First, the proposed solution to the problem defines two new roles not currently part of most research workflows: code reviewers and coordinators. Both roles require a fair amount of expertise, and neither role is well-aligned with present incentives for researchers. Finding people to perform these tasks will therefore either rely on altruism, adjustment of incentives, or money (i.e. the universal incentive adjuster). Indeed, a project I was working on last year to build a pilot analysis vault fell apart in part over cost uncertainty in the coordination role. Convincing funding sources that this is a working solution to a relevant problem (indeed that is it a relevant problem at all) would be neither easy nor quick.
Second, while this model replaces technical controls which have been shown to be ineffective with contractual and social controls which I hope will be more effective, it remains that at the end of the day it is (1) naïve trust and (2) the threat of expulsion from the community and potential civil and criminal penalties that will keep researchers in line.
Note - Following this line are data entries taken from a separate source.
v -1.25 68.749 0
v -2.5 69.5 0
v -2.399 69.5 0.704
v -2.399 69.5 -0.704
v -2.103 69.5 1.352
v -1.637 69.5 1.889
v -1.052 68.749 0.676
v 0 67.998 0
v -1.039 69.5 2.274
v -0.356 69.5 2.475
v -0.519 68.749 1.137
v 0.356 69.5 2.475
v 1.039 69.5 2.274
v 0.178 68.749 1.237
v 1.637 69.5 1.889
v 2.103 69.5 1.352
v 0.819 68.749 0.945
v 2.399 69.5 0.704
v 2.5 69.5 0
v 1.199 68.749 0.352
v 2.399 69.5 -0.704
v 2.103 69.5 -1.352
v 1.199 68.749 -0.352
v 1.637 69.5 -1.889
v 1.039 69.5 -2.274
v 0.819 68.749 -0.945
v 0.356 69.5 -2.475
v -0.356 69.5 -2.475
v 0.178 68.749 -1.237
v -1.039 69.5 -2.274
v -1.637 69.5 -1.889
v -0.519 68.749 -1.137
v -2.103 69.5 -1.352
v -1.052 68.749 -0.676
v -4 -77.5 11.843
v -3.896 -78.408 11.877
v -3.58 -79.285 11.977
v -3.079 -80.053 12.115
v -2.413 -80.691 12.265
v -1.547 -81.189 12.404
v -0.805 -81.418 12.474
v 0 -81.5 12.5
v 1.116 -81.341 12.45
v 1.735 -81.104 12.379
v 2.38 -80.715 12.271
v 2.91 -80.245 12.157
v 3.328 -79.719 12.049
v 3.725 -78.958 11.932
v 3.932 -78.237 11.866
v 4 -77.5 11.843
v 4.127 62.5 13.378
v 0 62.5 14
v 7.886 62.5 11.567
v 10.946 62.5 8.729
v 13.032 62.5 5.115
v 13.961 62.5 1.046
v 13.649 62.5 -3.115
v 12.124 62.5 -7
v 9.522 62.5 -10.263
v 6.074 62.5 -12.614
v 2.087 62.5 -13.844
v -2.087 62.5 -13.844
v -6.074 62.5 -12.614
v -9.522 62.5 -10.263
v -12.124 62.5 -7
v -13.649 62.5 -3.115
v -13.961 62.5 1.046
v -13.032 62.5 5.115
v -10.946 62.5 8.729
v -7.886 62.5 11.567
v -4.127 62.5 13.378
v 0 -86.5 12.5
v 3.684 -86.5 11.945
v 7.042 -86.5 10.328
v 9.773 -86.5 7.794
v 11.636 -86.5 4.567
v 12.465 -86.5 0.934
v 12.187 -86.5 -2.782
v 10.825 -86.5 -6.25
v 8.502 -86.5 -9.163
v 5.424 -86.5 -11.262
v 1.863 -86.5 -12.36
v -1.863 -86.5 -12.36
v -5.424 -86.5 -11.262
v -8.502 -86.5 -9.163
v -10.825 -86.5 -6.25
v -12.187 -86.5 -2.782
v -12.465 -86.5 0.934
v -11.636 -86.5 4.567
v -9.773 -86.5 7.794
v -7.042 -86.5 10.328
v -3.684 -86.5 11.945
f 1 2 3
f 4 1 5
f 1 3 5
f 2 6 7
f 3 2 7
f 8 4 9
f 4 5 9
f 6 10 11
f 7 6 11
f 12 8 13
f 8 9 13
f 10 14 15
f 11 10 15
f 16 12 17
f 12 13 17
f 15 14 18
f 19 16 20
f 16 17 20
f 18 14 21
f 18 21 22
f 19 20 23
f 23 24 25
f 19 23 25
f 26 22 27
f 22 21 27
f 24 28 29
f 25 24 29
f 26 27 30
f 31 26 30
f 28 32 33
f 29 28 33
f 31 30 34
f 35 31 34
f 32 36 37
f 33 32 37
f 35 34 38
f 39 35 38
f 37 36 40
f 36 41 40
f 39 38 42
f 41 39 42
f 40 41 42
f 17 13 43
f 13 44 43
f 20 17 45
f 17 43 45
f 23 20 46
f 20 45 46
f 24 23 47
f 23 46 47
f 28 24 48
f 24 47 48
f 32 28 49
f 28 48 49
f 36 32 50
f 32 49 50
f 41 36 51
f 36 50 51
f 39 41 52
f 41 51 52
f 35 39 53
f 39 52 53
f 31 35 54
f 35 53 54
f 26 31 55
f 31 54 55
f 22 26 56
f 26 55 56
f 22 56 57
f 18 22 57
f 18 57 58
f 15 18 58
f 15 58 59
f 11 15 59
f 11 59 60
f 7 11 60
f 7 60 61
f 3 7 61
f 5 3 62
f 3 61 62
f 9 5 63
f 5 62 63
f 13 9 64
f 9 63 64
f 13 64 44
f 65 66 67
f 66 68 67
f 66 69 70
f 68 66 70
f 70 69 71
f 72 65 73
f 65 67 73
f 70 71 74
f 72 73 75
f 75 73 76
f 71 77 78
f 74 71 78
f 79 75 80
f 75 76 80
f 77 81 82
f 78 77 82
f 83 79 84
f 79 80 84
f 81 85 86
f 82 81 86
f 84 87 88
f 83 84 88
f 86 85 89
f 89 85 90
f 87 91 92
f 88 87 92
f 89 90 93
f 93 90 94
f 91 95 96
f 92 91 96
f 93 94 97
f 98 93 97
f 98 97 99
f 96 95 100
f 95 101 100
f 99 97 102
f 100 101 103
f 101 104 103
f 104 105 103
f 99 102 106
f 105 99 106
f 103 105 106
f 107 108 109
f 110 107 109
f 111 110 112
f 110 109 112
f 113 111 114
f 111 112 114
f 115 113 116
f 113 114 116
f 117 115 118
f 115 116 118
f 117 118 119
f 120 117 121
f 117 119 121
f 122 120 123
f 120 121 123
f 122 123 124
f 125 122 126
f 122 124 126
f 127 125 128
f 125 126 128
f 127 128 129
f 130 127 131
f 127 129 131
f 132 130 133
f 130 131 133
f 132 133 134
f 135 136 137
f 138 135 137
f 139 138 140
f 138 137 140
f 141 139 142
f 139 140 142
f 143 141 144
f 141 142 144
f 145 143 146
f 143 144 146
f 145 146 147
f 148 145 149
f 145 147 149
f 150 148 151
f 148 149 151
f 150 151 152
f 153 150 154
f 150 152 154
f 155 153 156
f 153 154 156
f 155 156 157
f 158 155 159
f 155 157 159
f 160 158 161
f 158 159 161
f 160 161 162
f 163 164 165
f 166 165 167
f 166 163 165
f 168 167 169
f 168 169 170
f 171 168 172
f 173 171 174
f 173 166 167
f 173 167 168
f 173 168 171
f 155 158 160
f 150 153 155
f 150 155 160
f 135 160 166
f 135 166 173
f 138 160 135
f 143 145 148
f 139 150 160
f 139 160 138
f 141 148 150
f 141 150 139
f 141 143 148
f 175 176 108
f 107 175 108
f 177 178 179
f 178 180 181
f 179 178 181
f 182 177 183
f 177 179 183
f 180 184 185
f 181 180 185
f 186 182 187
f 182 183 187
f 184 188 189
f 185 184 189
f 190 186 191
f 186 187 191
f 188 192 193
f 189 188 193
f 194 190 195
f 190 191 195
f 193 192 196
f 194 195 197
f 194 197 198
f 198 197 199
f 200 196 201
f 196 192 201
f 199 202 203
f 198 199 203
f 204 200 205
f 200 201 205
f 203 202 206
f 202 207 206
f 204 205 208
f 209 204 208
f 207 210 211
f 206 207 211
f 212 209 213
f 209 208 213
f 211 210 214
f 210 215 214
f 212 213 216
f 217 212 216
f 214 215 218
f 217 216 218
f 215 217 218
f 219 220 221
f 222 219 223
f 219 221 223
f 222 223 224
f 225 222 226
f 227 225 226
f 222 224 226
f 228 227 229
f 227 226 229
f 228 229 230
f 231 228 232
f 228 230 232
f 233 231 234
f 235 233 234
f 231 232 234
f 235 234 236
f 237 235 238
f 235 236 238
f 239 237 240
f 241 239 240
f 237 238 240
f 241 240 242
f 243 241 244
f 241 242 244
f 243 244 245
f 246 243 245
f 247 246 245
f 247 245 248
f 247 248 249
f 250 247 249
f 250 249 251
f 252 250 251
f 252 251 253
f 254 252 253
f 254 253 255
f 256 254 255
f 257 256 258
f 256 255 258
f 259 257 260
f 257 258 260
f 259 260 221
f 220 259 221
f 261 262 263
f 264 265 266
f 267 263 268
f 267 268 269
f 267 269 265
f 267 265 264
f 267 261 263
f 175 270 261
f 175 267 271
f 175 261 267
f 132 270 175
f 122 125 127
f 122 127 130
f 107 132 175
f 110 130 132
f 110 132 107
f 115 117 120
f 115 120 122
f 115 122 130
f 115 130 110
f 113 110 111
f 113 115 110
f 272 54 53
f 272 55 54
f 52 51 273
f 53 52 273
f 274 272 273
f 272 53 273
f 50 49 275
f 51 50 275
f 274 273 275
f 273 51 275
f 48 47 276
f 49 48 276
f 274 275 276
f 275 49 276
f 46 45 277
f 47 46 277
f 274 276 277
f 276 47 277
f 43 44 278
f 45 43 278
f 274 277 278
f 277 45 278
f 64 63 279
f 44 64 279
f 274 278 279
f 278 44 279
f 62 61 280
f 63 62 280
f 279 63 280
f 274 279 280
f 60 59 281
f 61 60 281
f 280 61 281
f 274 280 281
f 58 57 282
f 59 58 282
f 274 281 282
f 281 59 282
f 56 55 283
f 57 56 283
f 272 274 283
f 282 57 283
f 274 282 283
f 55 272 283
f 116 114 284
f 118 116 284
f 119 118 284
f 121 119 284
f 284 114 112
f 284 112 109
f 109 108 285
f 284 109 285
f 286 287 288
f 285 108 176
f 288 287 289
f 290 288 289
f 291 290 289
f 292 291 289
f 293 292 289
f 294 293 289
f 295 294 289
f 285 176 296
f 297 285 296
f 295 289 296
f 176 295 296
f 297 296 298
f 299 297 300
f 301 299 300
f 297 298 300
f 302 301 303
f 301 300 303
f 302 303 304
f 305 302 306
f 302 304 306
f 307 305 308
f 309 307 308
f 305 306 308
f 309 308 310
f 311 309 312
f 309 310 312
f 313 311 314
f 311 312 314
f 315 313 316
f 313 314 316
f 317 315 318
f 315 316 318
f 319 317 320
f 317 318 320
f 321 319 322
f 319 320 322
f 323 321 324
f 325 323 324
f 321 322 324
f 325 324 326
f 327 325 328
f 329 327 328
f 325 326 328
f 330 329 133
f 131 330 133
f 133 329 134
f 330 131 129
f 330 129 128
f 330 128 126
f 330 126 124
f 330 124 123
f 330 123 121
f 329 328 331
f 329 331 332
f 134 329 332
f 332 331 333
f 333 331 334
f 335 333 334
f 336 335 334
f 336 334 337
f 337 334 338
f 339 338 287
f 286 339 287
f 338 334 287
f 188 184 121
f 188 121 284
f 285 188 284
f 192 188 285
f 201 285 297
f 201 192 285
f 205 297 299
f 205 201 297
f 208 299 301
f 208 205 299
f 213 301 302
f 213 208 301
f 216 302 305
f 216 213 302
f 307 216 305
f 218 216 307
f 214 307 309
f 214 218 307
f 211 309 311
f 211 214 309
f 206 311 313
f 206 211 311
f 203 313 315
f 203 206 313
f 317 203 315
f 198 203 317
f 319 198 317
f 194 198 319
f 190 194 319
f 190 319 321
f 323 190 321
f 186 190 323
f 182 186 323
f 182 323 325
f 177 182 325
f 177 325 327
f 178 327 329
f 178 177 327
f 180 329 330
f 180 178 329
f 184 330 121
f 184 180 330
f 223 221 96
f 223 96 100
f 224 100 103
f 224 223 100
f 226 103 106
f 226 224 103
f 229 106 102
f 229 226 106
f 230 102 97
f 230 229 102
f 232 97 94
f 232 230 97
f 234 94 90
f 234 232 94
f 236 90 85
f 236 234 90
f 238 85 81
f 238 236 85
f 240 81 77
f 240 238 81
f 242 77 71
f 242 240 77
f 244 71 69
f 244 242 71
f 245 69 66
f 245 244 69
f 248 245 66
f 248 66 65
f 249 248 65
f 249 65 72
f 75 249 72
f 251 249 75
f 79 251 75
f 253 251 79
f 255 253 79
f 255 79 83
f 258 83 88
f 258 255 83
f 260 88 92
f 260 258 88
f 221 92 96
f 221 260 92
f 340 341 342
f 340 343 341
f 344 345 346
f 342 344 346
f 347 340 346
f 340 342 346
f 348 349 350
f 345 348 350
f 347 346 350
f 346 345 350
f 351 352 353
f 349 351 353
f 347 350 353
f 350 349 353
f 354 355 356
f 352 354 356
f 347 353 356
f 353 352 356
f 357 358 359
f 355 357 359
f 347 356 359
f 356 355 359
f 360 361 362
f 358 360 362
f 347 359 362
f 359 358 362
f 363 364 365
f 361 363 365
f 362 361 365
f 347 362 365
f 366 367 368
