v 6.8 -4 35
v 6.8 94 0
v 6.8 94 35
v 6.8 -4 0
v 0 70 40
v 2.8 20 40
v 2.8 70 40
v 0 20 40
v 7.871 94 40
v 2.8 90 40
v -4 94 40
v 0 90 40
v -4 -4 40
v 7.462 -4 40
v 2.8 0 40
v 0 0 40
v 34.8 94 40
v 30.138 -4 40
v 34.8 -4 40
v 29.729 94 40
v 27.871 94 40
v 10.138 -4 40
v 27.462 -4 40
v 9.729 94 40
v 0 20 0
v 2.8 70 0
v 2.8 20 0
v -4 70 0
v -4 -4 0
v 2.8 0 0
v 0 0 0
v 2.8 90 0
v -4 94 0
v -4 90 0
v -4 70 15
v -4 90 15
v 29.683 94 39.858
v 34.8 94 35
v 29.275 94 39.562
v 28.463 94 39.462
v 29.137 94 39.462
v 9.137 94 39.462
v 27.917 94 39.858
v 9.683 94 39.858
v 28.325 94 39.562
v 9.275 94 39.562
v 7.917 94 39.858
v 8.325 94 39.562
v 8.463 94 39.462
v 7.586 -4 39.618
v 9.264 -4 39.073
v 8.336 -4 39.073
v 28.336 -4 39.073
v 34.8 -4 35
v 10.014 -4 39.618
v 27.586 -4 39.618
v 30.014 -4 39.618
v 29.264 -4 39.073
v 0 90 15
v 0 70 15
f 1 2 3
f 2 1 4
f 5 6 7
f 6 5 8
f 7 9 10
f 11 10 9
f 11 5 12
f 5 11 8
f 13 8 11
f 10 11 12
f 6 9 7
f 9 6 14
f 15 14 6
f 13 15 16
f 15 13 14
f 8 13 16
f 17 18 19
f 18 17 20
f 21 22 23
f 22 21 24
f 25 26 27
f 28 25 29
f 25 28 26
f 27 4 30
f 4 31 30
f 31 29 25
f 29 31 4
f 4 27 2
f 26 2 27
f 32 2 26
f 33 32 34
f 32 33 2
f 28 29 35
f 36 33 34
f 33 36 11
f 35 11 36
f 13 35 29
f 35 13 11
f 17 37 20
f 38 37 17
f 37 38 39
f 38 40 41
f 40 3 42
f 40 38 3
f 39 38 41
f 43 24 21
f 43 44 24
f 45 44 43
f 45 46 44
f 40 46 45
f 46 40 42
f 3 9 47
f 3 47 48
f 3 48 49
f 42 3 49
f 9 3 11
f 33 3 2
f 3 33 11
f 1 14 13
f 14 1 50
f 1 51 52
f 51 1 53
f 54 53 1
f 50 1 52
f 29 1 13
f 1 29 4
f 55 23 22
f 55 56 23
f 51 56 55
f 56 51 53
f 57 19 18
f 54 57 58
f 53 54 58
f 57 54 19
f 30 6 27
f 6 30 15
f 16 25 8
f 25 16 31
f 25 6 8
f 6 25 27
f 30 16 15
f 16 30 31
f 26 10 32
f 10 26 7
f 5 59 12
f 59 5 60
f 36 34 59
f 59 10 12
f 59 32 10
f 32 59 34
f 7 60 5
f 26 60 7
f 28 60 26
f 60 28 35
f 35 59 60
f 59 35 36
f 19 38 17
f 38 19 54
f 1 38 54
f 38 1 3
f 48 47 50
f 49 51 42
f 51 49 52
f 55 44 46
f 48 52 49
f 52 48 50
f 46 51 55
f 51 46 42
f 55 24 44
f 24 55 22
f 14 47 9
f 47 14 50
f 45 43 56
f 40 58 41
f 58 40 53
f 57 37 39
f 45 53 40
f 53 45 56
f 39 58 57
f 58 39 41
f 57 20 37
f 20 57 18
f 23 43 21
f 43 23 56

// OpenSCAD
$fn=10;

difference(){
translate([-4,-4,0])
cube([4+2.8+4, 98, 40]);

cube([2.8, 20, 40]);

translate([0,70,0])cube([2.8, 20, 40]);
translate([-4,70,0])cube([2.8+4, 20, 40-25]);
    
}

difference() {
translate([2.8+4,-4,40-5])
cube([28, 98, 5]);
    
#
translate([2.8+4+2,-4,40+0.5])
rotate([-90,0,0])
cylinder(120, 1.5);    
    
translate([2.8+4+2+20,-4,40+0.5])
rotate([-90,0,0])
cylinder(120, 1.5);    
}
When the only effective sanction is so drastic, it is natural to ask whether it will be used when it needs to be. A more gradual continuum of sanctions would make responsible oversight more likely.
Third is the question of who provides compute services for the first stage analysis in the analysis vault? The answer to this question nowadays is almost always The Cloud, which would also fix the problem that the academic publishing schedule tends to impose a rather bursty demand curve. However, cloud services cost money – indeed, for covering baseline demand, rather more money than a large organization would spend on the maintenance of equivalent infrastructure, which is why there’s a market for cloud services in the first place. Charging researchers for compute cycles would be a natural model here, though this seems very close to a “pay to play” model which feels antithetical to the spirit of open scientific investigation. The data provider would pay for storage costs, but this raises the bar for participation as a data provider. It also raises the question of whether it is appropriate for data providers to place data on storage in the cloud that they cannot simply make openly available to trusted researchers.
I don’t have have good answers to these questions, which is, to be honest, why you’re reading about this on my relatively insignificant blog as opposed to in a more respectable academic venue. But I suspect I’ll continue working in passive measurement research, and I’ll take every opportunity I find to nudge us closer to a model that, at least in its goals of repeatability, looks like the one here.
Thanks to the many people who have tolerated my rants about how ruined things are over the past year or so, and discussed ways to make it better: the Bernhards Ager, Plattner, and Tellenbach, Richard Barnes, Elisa Boschi, Alberto Dainotti, Alessandro Finamore, Joe Hildebrand, Diana Joumblatt, Alistair King, Mirja Kühlewind, Franziska Lichtblau, Matt Mathis, Stephan Neuhaus, Ilias Raftopoulous, Florian Streibelt, and Ariane Trammell.